I'd like to know if there is a way to log sftp sessions.  specifically, I'm trying to find out how to log which files are downloaded the most often, etc.

I read about a patch for openssh version 3.x which enabled session logging, but apparantly this patch isnt available for 4.x.  Does anybody have any ideas as to whats available?

***** SOLUTION *****

I was able to get this resolved using syslog as the system logger.  I was not able to duplicate my success using metalog, and since ssh logging is high priority, I simply switched to syslog on this system.

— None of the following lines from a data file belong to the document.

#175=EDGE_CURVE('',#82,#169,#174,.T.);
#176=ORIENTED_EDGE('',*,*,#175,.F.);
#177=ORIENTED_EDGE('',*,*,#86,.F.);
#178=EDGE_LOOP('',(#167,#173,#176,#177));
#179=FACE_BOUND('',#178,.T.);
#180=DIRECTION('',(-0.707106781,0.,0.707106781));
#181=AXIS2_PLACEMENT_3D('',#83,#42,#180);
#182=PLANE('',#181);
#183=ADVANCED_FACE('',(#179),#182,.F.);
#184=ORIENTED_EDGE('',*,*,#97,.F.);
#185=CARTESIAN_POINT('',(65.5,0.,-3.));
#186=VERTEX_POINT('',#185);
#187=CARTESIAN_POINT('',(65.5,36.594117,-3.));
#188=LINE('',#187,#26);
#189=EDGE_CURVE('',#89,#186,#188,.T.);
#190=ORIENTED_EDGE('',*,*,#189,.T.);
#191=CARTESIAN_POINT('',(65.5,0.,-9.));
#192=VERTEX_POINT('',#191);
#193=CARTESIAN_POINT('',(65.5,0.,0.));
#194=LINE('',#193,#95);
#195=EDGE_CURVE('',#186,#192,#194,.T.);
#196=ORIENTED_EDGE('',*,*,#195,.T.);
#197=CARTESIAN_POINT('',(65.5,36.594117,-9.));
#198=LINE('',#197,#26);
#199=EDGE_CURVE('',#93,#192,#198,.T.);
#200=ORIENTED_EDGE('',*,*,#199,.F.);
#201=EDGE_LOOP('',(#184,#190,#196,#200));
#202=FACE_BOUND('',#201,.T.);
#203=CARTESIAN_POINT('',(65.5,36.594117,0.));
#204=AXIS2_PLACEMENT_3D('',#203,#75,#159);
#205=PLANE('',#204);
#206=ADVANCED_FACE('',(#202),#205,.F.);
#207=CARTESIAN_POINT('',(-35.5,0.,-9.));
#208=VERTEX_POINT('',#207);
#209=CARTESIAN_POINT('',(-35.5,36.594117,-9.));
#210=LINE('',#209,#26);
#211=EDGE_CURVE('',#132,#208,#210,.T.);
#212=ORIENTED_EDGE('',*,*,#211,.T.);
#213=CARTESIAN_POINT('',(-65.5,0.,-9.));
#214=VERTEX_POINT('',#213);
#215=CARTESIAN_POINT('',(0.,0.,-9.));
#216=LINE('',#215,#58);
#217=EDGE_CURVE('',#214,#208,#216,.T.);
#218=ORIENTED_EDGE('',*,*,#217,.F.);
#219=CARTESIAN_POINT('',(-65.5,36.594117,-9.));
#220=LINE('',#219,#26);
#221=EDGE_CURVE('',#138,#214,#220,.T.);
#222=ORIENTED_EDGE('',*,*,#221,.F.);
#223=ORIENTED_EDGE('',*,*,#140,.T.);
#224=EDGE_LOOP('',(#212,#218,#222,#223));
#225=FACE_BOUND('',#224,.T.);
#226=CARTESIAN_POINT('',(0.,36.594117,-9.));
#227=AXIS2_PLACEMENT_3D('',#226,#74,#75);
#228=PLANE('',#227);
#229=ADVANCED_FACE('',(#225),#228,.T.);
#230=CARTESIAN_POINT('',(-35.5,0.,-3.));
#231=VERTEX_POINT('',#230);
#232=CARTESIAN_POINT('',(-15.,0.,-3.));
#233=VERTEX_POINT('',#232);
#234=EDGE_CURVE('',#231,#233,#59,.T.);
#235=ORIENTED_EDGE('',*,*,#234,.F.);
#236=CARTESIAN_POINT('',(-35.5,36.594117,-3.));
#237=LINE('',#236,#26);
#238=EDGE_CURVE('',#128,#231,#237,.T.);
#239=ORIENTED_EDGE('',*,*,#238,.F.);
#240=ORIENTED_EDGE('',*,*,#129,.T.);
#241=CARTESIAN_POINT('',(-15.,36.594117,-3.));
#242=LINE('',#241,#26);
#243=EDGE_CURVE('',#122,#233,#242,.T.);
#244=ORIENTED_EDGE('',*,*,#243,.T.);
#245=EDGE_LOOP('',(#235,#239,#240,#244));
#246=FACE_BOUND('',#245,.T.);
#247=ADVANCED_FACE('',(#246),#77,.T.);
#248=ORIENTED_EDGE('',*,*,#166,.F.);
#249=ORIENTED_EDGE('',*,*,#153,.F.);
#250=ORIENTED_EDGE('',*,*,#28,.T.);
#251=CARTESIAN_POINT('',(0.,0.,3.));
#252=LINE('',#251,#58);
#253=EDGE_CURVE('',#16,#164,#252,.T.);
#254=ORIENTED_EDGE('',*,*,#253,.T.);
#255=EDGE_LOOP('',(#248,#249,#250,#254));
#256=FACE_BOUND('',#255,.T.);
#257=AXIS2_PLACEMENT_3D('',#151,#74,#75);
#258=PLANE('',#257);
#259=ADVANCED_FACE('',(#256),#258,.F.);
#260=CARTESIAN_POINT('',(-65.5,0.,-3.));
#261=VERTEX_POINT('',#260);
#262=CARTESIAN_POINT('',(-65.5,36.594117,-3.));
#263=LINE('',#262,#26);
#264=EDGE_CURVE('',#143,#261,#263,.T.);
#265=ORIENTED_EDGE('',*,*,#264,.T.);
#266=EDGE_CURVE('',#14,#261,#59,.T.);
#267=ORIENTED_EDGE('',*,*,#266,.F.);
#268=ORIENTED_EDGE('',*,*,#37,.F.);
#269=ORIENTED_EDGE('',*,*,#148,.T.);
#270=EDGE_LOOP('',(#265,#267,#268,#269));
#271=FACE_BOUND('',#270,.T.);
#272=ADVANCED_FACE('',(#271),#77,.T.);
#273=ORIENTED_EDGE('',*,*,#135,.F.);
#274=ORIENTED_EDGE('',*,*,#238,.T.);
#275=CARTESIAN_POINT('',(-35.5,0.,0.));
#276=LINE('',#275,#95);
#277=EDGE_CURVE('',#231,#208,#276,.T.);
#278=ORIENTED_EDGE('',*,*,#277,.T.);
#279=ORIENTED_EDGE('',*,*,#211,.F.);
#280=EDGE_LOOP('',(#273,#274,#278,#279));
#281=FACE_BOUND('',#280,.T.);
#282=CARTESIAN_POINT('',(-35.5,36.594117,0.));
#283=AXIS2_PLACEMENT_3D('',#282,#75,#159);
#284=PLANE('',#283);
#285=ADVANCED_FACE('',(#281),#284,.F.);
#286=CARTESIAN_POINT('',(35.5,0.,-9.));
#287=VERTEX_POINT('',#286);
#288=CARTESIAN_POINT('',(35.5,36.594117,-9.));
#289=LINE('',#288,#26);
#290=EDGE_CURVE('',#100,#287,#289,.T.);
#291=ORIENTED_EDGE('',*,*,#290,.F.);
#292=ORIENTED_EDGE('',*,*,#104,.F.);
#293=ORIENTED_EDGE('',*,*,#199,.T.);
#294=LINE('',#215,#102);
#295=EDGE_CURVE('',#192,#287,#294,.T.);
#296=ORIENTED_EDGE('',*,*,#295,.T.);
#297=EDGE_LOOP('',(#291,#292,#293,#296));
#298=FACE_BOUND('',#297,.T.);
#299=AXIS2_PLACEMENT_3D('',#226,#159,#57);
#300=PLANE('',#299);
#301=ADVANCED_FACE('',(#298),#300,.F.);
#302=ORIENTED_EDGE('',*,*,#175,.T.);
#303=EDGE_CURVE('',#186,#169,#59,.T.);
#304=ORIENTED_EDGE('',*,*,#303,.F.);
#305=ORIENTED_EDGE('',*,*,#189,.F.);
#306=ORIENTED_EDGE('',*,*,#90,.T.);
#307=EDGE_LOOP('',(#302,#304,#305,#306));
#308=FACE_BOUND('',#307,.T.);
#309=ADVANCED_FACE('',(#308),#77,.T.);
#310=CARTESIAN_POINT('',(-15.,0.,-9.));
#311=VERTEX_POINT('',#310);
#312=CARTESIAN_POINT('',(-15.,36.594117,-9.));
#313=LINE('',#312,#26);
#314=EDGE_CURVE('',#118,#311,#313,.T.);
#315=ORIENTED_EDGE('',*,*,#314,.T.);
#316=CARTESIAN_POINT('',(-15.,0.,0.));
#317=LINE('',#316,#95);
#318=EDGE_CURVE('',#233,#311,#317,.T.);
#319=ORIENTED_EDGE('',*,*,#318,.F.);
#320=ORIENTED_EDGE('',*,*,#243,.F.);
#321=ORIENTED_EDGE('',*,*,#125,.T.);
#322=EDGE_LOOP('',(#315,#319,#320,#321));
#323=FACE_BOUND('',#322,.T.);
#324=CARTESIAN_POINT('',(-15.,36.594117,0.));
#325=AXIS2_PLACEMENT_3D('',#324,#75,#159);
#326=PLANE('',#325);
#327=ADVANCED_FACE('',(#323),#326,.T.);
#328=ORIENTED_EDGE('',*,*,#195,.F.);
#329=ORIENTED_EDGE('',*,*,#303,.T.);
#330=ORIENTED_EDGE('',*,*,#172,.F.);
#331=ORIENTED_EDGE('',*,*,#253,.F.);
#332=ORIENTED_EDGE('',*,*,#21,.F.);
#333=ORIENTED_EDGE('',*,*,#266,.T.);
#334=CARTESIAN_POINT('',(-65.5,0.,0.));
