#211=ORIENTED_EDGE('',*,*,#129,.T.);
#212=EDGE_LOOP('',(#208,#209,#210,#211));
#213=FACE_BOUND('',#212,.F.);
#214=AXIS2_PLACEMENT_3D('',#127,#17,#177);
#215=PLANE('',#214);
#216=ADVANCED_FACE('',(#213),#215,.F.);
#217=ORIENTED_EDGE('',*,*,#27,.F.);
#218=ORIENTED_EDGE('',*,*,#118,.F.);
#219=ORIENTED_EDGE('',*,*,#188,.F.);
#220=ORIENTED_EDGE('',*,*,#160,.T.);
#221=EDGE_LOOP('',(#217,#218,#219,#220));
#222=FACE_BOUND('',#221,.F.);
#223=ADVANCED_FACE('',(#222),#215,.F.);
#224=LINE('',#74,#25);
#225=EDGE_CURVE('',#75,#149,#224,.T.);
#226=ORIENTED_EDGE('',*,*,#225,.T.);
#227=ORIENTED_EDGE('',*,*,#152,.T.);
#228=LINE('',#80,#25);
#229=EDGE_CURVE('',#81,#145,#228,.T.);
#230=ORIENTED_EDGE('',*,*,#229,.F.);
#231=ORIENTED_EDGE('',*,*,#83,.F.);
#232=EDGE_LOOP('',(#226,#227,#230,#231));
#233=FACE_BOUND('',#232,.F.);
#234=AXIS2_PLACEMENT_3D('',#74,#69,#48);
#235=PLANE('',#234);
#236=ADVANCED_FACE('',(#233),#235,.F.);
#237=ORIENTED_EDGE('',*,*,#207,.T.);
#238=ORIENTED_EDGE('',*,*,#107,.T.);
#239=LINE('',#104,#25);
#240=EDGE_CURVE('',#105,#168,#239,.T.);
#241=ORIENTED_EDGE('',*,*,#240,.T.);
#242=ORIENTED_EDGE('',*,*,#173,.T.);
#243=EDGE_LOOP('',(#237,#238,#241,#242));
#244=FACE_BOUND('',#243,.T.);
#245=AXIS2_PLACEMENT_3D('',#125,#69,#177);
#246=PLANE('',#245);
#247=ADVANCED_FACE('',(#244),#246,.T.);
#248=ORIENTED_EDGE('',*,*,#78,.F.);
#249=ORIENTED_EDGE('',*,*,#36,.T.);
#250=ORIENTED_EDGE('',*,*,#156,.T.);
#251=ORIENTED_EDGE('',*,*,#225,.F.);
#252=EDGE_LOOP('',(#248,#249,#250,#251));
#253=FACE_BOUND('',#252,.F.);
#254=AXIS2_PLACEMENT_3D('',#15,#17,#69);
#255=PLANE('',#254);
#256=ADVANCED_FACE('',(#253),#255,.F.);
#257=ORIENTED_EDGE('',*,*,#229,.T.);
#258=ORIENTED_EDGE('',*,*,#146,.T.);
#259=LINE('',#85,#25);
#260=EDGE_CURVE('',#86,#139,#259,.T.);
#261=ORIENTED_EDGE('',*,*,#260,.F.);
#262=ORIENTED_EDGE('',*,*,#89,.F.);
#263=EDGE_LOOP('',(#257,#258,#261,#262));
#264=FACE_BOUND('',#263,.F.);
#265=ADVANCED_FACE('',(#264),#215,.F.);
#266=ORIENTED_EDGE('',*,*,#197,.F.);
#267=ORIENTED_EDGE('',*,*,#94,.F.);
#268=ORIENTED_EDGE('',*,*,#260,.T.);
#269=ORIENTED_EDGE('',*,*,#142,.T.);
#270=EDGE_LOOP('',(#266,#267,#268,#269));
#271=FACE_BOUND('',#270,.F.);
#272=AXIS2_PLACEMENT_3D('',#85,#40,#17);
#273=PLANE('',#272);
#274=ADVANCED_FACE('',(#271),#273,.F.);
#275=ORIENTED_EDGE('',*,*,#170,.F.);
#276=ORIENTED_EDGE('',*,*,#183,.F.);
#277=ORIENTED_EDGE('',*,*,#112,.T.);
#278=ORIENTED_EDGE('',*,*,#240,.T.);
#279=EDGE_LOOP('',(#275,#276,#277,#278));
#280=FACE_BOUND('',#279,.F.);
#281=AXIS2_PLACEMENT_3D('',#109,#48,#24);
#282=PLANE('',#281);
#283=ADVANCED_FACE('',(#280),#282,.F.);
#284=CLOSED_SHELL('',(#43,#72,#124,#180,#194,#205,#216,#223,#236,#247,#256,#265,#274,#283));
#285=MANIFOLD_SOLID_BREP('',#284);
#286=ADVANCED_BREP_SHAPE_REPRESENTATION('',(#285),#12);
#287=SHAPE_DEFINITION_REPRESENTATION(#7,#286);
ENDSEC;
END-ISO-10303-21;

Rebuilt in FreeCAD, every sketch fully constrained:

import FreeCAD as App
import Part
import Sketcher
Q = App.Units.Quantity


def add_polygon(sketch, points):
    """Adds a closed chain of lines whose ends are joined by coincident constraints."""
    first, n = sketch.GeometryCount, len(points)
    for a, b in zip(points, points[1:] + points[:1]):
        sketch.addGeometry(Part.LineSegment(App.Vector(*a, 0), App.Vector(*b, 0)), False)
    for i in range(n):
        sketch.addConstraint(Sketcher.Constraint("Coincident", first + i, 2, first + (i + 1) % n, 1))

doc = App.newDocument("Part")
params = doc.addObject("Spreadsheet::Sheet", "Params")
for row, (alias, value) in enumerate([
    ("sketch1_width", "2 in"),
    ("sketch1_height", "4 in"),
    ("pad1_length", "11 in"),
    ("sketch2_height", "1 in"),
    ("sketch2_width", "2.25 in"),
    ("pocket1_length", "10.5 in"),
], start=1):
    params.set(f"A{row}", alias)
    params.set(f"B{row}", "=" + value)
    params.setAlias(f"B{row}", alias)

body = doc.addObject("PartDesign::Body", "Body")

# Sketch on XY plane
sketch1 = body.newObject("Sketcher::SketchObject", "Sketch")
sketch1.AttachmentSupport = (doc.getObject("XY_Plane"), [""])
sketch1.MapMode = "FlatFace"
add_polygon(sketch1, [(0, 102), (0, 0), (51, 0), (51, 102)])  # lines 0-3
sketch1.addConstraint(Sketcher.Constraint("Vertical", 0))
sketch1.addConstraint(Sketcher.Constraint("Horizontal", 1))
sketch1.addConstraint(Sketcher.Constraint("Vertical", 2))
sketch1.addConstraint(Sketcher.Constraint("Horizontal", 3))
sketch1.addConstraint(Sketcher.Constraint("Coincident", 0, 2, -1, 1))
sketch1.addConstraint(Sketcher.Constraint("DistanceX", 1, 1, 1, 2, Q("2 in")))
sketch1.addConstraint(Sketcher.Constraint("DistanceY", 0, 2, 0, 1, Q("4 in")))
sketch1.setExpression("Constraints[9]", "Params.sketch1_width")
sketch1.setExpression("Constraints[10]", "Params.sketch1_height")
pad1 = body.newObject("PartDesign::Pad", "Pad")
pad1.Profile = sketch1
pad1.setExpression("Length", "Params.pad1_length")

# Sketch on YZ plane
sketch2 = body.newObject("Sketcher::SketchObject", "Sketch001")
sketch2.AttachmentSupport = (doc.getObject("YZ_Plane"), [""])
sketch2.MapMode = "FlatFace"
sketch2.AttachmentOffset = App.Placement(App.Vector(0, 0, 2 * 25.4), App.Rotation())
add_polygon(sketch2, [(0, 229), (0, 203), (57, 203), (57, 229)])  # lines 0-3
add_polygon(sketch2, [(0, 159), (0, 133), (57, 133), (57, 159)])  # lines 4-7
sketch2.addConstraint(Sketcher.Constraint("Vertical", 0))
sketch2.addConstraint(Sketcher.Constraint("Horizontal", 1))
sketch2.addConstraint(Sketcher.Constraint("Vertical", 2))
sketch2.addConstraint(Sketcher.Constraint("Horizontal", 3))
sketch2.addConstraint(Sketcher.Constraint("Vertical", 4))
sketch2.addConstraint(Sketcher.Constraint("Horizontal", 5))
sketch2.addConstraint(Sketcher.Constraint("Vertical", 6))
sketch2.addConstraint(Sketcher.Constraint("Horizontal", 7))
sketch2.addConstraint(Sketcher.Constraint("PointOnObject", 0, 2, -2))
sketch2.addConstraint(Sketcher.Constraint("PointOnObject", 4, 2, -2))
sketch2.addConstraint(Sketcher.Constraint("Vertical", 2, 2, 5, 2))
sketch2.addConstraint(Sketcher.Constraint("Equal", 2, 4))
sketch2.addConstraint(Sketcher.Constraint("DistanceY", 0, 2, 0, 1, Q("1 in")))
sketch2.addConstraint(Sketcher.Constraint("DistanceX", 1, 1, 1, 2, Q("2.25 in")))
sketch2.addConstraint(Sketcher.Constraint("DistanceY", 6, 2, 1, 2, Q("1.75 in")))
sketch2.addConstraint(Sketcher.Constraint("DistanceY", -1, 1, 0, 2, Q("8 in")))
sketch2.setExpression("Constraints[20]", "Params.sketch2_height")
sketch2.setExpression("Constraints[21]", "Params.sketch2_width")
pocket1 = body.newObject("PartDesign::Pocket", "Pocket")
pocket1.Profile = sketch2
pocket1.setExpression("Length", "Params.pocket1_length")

Anyways, syslog uses a file on the filesystem as a fifo to write data to temporarily.  The issue is that when a user is chrooted to a jail, it no longer has access to the fifo it normally uses, which is located in /dev/log.  So, what needs to be done is to give syslog a fifo inside the jail, and tel syslog to use it. This is done with the following steps:

1) make a directory in your jail where you want to create the fifo, then use mknod to create it

```
mknod /path/to/jail/dev/log p
```

2) Tell syslog to use this fifo in addition to the one it normally uses, by starting it with the following parameters:

```
/usr/sbin/syslogd -a /path/to/jail/dev/log
```

As a note, you can also modify the script in init.d to automatically do this whenever you use the scriot.  In the file /etc/init.d/sysklogd, find the following line in the start_daemon() function:

```
          --exec /usr/sbin/${daemon} ${options} 
```

replace it with:

```
     --exec /usr/sbin/${daemon} ${options} -a /path/to/jail/dev/log
```

After doing the above steos, your session logs should start appearing in /var/log/messages. If not, you might need to change the log level of sftp-server in sshd_config.  Mine is currently set to:

```

Subsystem       sftp    /usr/lib/misc/sftp-server -l INFO -f USER

```

If this small tip helps you, please let me know!  And if you are able to figure out a way to get this to work using metalog, let me know as well.  As far as I was able to tell, the current release of metalog doesn't support user-added fifos.Last edited by RaceTM on Tue May 01, 2007 12:37 am; edited 4 times in total

----------

## timeBandit

You can set the logging level for the sftp subsystem in the SSH server config file:

```
Subsystem   sftp    /usr/lib/misc/sftp-server -l INFO
```

Restart sshd to have the change take effect. The INFO level is sufficient to log the name, size and permissions of every file transferred. Experiment with others to your taste:

 *man 8 sftp-server wrote:*   

> Command-line flags to sftp-server should be specified in the Subsystem declaration.  See sshd_config(5) for more information.
> 
> Valid options are:
> 
> ...
> ...

 

The preceding applies at least as of OpenSSH 4.5_p1.

----------

## RaceTM

Thanks for the reply!

I actually played with the logging level options quite a bit, that was one of the first things I tried.  From my results, however, it didn't look like any file data was being logged.  I will try it again and do some more testing though, its quite possible I forgot to restart the daemon or some other thing.

----------

## timeBandit

Don't forget to check your logger configuration.   :Smile:   You could have everything set up properly for ssh/sftp, only to have your logger throw the messages into the bit bucket.

----------

## RaceTM

Well i'm not sure if thats the problem or not.  I do get information from sshd, but it would seem that nothing from sftp-server is getting logged in /var/log/sshd/current, which is where the sshd messages are going.  there is also no directory in /var/log where data is getting written to after I performa  file transfer.  Does sftp logging have to be enabled somewhere else? I wasn't able to find the config file for the system log, if there is one.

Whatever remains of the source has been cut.